I'd approach this by merging the two arrays, then running a reduce against that combined array.

Inside the reduce, it first checks to see if an entry with that name exists, if not it pushes that entry to the result array. If it does find an existing entry, it creates any property that doesn't exist, and adds the values of any numerical properties that already exist. This should be flexible enough for whatever your actual use case is.

 const initial = [ {name: 'a', times: 40, other: 50}, {name: 'b', times: 10, other: 15}, {name: 'c', times: 15, other: 12} ]; const toBeMerged = [ {name: 'a', times: 45, other: 30}, {name: 'c', times: 10, other: 10}, {name: 'd', times: 23, other: 10} ]; const result = [ ...initial, ...toBeMerged ].reduce((arr, t) => { let existing = arr.filter(x => x.name == t.name)[0] if(!existing) arr.push(t) else { const keys = Object.keys(t) keys.forEach(key => { if(!existing.hasOwnProperty(key)) existing[key] = t[key] else if(typeof existing[key] === "number") existing[key] += t[key] }) } return arr }, []) console.log(result) 

Answer 2

You could reduce the given data and look for same name , then update, otherwise add a new object.

It takes

• a new array with items from initial and toBeMerged ,

• reducing the items by

  • looking for an item with same name in the accumulator r ,
  • checking if the item is not found, then return a new array with collected itms and a copy of the actual object
  • otherwise increment the needed properties with some values.

 const initial = [{ name: 'a', times: 40, other: 50 }, { name: 'b', times: 10, other: 15 }, { name: 'c', times: 15, other: 12 }], toBeMerged = [{ name: 'a', times: 45, other: 30 }, { name: 'c', times: 10, other: 10 }, { name: 'd', times: 23, other: 10 }], merged = [...initial, ...toBeMerged].reduce((r, o) => { var temp = r.find(p => o.name === p.name); if (!temp) return [...r, { ...o }]; temp.times += o.times; temp.other += o.other; return r; }, []); console.log(merged); 

Answer 3

Here is how I have approached this problem in the past.

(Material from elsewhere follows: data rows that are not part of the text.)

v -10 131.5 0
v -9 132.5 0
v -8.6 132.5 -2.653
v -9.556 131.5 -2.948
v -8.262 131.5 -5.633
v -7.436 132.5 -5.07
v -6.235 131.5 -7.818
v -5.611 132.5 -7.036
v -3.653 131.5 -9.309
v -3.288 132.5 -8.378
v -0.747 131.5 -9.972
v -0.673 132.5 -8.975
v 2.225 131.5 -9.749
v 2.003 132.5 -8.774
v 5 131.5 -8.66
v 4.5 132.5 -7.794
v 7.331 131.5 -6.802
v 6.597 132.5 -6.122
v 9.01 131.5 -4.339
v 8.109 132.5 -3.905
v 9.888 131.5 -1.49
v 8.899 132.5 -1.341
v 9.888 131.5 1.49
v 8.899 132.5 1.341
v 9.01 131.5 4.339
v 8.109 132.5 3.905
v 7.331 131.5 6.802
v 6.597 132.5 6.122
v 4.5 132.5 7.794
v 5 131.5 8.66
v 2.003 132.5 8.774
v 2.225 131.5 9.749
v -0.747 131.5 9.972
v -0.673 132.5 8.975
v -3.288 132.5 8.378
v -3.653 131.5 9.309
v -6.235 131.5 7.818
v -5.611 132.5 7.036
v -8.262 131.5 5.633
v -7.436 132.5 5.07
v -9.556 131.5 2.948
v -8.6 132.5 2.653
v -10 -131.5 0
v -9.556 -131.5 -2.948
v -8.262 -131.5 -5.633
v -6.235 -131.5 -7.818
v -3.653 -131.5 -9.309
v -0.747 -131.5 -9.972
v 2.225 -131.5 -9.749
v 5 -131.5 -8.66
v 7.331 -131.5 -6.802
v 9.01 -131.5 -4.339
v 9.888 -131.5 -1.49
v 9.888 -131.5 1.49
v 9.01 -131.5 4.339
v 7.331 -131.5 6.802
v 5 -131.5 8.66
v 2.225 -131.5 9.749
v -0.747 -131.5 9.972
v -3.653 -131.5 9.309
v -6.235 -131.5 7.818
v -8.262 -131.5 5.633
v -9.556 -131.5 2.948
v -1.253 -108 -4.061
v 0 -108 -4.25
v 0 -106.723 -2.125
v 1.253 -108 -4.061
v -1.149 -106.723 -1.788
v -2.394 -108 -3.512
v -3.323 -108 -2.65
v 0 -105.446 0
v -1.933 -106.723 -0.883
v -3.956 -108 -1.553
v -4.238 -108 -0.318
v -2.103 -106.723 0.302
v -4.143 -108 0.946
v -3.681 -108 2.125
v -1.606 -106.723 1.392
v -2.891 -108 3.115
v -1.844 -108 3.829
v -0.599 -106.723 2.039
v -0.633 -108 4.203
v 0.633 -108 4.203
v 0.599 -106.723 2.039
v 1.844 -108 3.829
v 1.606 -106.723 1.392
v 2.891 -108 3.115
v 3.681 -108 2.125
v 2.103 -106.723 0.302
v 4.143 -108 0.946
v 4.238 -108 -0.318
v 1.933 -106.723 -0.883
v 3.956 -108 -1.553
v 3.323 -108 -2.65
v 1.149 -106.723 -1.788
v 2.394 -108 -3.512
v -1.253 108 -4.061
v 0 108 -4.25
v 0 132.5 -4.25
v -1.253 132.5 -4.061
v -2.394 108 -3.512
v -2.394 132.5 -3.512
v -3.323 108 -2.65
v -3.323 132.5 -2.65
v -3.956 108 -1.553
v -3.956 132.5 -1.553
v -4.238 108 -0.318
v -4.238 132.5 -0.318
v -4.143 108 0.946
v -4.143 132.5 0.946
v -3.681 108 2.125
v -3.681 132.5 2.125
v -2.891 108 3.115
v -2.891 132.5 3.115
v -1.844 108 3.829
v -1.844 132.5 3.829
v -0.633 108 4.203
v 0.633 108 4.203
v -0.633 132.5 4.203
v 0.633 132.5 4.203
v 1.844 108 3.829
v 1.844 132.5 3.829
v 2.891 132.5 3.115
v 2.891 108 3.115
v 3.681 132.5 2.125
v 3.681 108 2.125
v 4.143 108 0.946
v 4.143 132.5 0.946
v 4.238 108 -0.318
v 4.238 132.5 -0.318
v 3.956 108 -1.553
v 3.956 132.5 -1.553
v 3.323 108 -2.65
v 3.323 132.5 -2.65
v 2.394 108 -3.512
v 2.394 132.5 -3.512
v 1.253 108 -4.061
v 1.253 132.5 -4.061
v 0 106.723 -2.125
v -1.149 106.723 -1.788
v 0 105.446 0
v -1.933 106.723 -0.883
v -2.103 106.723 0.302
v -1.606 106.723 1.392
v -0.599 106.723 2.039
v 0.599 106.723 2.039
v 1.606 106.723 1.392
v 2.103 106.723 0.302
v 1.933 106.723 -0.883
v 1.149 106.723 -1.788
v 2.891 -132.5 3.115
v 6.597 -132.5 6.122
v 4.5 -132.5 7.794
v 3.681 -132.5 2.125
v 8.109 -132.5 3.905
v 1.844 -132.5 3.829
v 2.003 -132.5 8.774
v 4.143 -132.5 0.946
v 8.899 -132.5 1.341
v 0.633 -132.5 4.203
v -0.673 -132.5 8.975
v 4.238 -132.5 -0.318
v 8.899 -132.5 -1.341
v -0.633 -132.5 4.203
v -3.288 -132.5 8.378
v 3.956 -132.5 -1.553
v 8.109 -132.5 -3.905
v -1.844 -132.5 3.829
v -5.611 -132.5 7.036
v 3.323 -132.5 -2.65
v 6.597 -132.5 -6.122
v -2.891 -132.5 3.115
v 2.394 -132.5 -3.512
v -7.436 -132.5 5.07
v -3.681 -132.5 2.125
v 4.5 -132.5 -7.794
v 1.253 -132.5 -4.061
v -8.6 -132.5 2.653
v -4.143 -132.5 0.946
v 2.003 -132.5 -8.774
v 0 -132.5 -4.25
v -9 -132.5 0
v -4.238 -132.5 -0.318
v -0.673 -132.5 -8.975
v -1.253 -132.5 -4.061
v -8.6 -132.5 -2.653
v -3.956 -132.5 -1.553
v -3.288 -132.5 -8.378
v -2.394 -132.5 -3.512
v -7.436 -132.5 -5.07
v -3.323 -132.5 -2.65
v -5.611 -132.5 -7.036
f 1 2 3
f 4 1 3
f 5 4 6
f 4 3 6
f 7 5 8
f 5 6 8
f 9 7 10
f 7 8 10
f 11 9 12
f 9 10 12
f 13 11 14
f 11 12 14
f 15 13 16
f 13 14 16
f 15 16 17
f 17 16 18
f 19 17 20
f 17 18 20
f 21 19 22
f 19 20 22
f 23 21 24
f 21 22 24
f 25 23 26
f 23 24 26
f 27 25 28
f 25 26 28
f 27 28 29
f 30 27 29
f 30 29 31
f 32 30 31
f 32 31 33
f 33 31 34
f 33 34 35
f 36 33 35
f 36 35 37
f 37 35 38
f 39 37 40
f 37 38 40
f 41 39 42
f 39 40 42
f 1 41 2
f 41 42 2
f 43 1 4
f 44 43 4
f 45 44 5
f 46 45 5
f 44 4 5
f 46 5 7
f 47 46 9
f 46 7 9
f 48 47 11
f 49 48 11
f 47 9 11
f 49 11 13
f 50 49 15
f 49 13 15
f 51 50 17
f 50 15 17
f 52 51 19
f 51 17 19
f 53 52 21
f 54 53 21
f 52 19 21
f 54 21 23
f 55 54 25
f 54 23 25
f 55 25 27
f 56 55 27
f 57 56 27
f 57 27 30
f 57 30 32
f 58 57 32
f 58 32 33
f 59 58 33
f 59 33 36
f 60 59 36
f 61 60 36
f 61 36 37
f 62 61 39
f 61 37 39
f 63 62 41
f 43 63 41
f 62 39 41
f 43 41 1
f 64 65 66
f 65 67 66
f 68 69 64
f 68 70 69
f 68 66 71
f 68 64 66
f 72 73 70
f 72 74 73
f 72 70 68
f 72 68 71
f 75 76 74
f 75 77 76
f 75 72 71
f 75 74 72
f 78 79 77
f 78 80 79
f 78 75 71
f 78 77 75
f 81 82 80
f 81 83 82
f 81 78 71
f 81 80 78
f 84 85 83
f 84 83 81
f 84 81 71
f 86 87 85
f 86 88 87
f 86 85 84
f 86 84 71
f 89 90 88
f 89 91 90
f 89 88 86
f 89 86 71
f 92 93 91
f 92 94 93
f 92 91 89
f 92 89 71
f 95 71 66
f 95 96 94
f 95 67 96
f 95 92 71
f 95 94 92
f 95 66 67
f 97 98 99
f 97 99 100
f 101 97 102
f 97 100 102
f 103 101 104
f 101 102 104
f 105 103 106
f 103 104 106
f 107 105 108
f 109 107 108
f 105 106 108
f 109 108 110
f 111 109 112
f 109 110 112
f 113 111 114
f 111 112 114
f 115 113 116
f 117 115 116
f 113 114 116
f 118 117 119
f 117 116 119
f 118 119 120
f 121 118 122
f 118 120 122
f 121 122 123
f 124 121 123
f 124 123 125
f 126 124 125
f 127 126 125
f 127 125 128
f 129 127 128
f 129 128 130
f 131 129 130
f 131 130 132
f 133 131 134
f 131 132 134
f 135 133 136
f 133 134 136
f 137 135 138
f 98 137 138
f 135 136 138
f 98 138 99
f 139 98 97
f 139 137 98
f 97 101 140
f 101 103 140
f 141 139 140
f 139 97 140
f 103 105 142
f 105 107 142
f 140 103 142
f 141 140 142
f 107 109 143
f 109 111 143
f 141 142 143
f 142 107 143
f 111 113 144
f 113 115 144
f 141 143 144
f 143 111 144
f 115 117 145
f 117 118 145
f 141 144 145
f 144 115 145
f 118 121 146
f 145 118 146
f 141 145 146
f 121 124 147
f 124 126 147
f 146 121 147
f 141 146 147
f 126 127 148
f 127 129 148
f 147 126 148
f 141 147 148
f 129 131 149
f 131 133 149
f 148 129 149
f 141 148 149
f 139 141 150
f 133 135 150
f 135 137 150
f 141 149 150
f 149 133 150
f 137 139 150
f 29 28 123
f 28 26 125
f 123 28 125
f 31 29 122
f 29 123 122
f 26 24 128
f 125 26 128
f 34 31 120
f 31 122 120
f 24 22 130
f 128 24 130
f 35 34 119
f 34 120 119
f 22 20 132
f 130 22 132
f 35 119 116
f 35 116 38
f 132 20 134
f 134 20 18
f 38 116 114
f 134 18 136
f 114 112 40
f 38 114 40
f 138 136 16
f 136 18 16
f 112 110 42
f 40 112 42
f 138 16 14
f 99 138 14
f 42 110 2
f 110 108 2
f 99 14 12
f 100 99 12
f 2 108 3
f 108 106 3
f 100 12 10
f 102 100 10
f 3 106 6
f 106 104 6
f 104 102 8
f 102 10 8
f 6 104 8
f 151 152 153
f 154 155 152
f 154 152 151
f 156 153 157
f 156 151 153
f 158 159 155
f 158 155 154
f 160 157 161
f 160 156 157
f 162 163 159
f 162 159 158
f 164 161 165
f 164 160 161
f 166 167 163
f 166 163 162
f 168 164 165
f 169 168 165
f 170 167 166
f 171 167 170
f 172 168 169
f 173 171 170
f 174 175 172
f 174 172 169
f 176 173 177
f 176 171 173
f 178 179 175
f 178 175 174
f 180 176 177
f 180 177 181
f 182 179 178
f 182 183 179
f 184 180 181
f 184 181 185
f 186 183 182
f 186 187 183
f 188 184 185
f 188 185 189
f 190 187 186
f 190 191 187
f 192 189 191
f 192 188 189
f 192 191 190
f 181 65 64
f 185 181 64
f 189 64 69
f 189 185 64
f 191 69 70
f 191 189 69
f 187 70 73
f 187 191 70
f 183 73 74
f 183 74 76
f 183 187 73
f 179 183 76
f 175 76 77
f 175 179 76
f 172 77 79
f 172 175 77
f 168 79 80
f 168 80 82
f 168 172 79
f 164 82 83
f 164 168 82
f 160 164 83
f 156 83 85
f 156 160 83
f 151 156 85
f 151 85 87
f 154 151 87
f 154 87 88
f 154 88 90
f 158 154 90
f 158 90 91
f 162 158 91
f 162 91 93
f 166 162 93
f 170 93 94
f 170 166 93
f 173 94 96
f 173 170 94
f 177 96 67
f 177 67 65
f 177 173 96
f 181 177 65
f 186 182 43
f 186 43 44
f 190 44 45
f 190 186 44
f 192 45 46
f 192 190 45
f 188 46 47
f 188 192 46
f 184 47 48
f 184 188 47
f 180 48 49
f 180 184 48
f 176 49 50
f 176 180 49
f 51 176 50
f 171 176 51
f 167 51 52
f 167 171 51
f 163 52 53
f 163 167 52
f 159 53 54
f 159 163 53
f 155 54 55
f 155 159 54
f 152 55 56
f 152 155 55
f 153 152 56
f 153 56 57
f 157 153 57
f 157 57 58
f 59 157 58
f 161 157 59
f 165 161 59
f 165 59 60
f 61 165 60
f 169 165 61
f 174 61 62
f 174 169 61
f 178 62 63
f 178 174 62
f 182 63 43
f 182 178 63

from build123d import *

# Parameters (mm, degrees)
SKETCH1_W     = 10
SKETCH1_H     = 265
CHAMFER1_SIZE = 1


with BuildPart() as part:
    # Sketch1 → Revolve2 (revolve)
    with BuildSketch(Plane.XY):
        with Locations((-5, 0)):
            Rectangle(SKETCH1_W, SKETCH1_H)
    revolve(axis=Axis((0, 132.5, 0), (0, -1, 0)))

    # Sketch3 → M10 Tapped Hole1 (revolve, cut)
    with BuildSketch(Plane(origin=(0, -132.5, 0), x_dir=(0, 0, -1), z_dir=(1, 0, 0))):
        Polygon((0, 0), (0, 27.053657631), (4.25, 24.5), (4.25, 0), align=None)
    m10_tapped_hole1 = revolve(axis=Axis((0, -138.85, 0), (0, 1, 0)), mode=Mode.SUBTRACT)

    # Mirror1: M10 Tapped Hole1 across plane
    add(m10_tapped_hole1.mirror(Plane.ZX), mode=Mode.SUBTRACT)

    # Chamfer1
    chamfer1_edges = [part.edges().sort_by_distance(p)[0] for p in [
        (10, -132.5, 0),
        (10, 132.5, 0),
    ]]
    chamfer(chamfer1_edges, length=CHAMFER1_SIZE)


solid = part.part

1. Create a final array, which will contain the final result.
2. The arrays are merged using the Array concat method
3. The concatenated array is sorted by the name property, meaning that all the a's will be in order, then the b's, etc.
4. The forEach method is used to iterate through the concatenated, sorted array. If the current element has the same name property as the last element of the final array, then add the numeric properties of el to the last element of the final array. Otherwise, add el to the end of the final array.

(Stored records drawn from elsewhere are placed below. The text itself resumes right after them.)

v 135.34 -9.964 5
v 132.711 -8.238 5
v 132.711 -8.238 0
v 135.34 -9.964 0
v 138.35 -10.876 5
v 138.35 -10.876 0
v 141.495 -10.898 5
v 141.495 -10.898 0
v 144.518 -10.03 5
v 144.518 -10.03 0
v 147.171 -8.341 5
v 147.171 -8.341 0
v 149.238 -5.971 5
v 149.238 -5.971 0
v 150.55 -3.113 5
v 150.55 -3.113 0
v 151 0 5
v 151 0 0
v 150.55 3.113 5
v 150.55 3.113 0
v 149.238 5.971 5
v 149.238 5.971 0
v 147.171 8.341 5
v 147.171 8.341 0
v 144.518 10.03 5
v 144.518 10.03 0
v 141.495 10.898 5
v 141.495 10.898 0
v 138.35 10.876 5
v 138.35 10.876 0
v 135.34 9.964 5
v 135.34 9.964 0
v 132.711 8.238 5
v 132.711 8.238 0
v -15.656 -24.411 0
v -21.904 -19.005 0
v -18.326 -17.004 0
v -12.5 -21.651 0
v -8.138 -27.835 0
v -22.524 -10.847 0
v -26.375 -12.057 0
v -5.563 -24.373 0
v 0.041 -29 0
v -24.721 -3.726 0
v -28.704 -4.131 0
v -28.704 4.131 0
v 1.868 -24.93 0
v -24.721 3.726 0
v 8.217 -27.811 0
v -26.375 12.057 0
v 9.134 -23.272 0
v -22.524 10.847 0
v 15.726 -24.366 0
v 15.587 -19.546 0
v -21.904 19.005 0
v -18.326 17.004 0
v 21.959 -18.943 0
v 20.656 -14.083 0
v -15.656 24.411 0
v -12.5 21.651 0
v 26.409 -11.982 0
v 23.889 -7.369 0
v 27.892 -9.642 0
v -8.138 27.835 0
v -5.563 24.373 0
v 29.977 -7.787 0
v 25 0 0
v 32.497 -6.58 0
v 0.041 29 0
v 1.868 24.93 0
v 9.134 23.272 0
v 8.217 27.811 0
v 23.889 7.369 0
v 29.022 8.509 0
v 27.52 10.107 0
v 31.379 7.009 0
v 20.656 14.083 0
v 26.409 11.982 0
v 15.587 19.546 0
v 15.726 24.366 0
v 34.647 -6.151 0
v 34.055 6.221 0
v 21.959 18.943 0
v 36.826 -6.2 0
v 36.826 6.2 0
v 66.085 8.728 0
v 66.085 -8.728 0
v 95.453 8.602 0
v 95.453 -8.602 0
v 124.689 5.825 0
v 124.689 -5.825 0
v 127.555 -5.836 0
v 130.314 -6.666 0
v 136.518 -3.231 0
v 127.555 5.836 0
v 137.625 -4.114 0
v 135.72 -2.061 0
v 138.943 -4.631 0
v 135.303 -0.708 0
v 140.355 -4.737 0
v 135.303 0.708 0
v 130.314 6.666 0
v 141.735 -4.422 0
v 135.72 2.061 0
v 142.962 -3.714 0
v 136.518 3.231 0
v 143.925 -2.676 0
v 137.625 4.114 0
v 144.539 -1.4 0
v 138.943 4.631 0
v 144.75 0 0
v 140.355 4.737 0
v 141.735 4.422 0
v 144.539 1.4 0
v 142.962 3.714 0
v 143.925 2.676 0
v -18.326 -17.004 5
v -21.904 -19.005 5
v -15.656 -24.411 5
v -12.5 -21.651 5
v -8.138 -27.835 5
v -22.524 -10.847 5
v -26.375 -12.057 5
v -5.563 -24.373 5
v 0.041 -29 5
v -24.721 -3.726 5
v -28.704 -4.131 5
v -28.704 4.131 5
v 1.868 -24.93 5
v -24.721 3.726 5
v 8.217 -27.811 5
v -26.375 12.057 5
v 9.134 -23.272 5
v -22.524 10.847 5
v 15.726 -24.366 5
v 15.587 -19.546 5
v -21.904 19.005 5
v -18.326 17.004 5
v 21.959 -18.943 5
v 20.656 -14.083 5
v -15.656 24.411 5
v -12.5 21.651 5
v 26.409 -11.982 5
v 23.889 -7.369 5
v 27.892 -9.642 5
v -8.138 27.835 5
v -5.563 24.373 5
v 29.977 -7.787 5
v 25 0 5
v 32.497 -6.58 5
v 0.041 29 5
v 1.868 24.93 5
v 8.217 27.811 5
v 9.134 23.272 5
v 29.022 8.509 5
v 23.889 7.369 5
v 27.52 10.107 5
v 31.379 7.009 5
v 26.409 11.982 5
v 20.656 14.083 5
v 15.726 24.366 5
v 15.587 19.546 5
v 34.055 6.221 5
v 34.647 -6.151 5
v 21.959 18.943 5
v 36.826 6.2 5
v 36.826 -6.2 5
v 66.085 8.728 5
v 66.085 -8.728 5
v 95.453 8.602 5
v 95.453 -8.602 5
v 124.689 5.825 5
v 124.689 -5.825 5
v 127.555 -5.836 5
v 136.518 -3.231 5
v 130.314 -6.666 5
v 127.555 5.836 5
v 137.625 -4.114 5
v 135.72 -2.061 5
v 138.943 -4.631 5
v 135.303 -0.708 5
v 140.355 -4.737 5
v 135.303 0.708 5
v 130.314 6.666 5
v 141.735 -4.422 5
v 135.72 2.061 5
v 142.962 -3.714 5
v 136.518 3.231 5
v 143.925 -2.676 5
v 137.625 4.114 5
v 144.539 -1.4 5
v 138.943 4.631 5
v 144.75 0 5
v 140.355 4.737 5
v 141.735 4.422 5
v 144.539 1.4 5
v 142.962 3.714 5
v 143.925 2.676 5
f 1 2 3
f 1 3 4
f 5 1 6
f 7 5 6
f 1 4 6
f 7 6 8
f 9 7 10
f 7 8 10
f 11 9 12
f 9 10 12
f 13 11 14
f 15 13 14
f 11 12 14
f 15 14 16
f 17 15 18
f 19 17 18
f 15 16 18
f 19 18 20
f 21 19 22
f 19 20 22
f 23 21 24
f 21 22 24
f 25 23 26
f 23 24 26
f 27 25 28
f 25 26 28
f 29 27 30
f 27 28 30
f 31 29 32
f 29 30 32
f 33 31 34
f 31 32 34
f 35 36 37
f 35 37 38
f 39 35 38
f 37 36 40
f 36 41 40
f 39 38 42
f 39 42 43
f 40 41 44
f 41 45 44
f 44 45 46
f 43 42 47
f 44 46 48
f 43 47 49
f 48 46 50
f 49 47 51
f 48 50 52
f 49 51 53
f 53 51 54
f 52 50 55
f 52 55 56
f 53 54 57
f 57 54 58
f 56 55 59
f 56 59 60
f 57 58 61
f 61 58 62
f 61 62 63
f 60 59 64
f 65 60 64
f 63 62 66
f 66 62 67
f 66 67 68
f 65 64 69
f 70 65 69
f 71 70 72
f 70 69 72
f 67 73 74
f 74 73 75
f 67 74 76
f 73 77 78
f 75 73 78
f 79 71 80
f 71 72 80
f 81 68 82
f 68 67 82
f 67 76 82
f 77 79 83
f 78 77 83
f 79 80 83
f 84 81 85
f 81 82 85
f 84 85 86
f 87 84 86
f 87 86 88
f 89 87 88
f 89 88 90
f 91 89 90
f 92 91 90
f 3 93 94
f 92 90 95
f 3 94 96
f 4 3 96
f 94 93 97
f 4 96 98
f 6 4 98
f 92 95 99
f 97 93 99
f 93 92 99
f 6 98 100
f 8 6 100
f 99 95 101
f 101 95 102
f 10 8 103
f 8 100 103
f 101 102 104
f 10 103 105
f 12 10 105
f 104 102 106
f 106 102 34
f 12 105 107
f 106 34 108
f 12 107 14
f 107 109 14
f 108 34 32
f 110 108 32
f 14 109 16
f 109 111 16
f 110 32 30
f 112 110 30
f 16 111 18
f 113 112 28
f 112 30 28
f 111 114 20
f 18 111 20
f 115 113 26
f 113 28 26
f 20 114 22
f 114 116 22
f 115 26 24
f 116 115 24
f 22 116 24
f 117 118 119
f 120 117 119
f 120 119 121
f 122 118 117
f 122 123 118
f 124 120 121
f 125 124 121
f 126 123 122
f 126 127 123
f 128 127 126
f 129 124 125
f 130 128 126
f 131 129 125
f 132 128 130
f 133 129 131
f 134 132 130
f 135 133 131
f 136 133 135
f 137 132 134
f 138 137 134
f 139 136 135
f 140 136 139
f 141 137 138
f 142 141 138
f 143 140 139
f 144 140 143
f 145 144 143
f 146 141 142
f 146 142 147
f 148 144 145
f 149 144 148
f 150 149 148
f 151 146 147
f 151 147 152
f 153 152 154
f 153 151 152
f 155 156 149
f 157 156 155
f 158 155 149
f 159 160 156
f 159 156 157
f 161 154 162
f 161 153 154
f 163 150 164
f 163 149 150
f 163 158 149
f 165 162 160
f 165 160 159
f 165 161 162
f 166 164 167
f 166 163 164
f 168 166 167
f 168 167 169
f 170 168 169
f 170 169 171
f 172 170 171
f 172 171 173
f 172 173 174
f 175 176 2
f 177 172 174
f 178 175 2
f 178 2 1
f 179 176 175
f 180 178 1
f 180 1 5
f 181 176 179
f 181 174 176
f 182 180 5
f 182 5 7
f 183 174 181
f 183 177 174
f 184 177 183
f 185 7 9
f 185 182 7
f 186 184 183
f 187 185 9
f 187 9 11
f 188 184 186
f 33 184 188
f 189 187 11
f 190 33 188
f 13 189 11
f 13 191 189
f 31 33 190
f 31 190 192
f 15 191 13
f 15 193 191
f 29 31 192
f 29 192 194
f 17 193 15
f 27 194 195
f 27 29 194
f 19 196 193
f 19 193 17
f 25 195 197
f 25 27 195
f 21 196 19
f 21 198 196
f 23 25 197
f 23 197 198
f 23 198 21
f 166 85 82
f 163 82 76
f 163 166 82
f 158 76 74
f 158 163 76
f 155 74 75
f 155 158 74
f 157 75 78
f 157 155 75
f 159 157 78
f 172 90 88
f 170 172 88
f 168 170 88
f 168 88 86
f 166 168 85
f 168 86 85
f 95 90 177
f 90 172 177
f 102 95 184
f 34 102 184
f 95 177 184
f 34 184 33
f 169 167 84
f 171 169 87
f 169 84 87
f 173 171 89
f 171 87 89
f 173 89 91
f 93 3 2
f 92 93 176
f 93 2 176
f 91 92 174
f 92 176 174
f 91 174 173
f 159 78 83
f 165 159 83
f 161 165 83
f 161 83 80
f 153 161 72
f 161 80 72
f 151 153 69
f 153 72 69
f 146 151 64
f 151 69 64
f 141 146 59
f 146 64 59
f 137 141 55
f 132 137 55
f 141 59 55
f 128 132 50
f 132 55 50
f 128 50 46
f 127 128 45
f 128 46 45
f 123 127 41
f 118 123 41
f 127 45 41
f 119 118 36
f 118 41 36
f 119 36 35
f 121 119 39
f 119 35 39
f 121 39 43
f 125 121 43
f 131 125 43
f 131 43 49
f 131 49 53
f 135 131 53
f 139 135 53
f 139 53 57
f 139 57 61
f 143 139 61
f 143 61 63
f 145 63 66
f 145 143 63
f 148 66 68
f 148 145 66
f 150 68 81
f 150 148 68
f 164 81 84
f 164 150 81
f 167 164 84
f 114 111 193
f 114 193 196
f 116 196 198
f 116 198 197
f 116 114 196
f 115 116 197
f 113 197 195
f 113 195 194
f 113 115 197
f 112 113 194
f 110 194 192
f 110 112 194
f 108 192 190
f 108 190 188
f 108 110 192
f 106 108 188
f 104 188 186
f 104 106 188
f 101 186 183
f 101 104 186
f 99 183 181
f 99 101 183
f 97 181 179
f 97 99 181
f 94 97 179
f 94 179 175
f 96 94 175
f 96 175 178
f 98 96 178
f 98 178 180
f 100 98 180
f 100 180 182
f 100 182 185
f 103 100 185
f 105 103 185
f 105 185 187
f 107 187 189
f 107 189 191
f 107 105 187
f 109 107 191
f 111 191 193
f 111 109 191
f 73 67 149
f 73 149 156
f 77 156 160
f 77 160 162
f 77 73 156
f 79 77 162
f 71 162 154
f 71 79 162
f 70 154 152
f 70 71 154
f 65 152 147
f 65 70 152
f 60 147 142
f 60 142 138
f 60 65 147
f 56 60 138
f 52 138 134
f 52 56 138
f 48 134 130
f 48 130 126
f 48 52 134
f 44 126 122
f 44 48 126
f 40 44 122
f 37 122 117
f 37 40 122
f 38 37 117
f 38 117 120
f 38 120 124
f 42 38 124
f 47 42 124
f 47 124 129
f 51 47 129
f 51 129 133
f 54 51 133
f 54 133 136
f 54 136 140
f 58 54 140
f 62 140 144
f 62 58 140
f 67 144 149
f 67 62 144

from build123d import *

# Parameters (mm, degrees)
F0_R     = 25
F0_R_2   = 4.75
F1_DEPTH = 5
F2_R     = 10


with BuildPart() as f1:
    # F0 (on Top) → F1 (new body)
    with BuildSketch(Plane.XY):
        with BuildLine():
            ThreePointArc((130.202041, 5), (79.383877, 9), (28.565714, 5))
            ThreePointArc((28.565714, 5), (-29, 0), (28.565714, -5))
            ThreePointArc((28.565714, -5), (79.383877, -9), (130.202041, -5))
            ThreePointArc((130.202041, -5), (151, 0), (130.202041, 5))
        make_face()
        Circle(F0_R, mode=Mode.SUBTRACT)
        with Locations((140, 0)):
            Circle(F0_R_2, mode=Mode.SUBTRACT)
    extrude(amount=F1_DEPTH)

    # F2
    f2_edges = [f1.edges().sort_by_distance(p)[0] for p in [
        (28.565714, -5, 2.5),
        (28.565714, 5, 2.5),
        (130.202041, 5, 2.5),
        (130.202041, -5, 2.5),
    ]]
    fillet(f2_edges, radius=F2_R)


solid = f1.part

 const initial = [ {name: 'a', times: 40, other: 50}, {name: 'b', times: 10, other: 15}, {name: 'c', times: 15, other: 12} ]; const toBeMerged = [ {name: 'a', times: 45, other: 30}, {name: 'c', times: 10, other: 10}, {name: 'd', times: 23, other: 10} ]; let final = []; initial.concat(toBeMerged).sort((a, b) => a.name > b.name).forEach(el => { if (final.length > 0 && el.name === final[final.length - 1].name) { final[final.length - 1].times += el.times; final[final.length - 1].other += el.other; } else { final.push(el); } }) console.log(final); 

Answer 4

You can do it with help of reduce .

1. First merge both the array's using concat .
2. Now on the concated array using reduce we check if the object property is already present in output than we add times and other in existing property if not than we add a new property.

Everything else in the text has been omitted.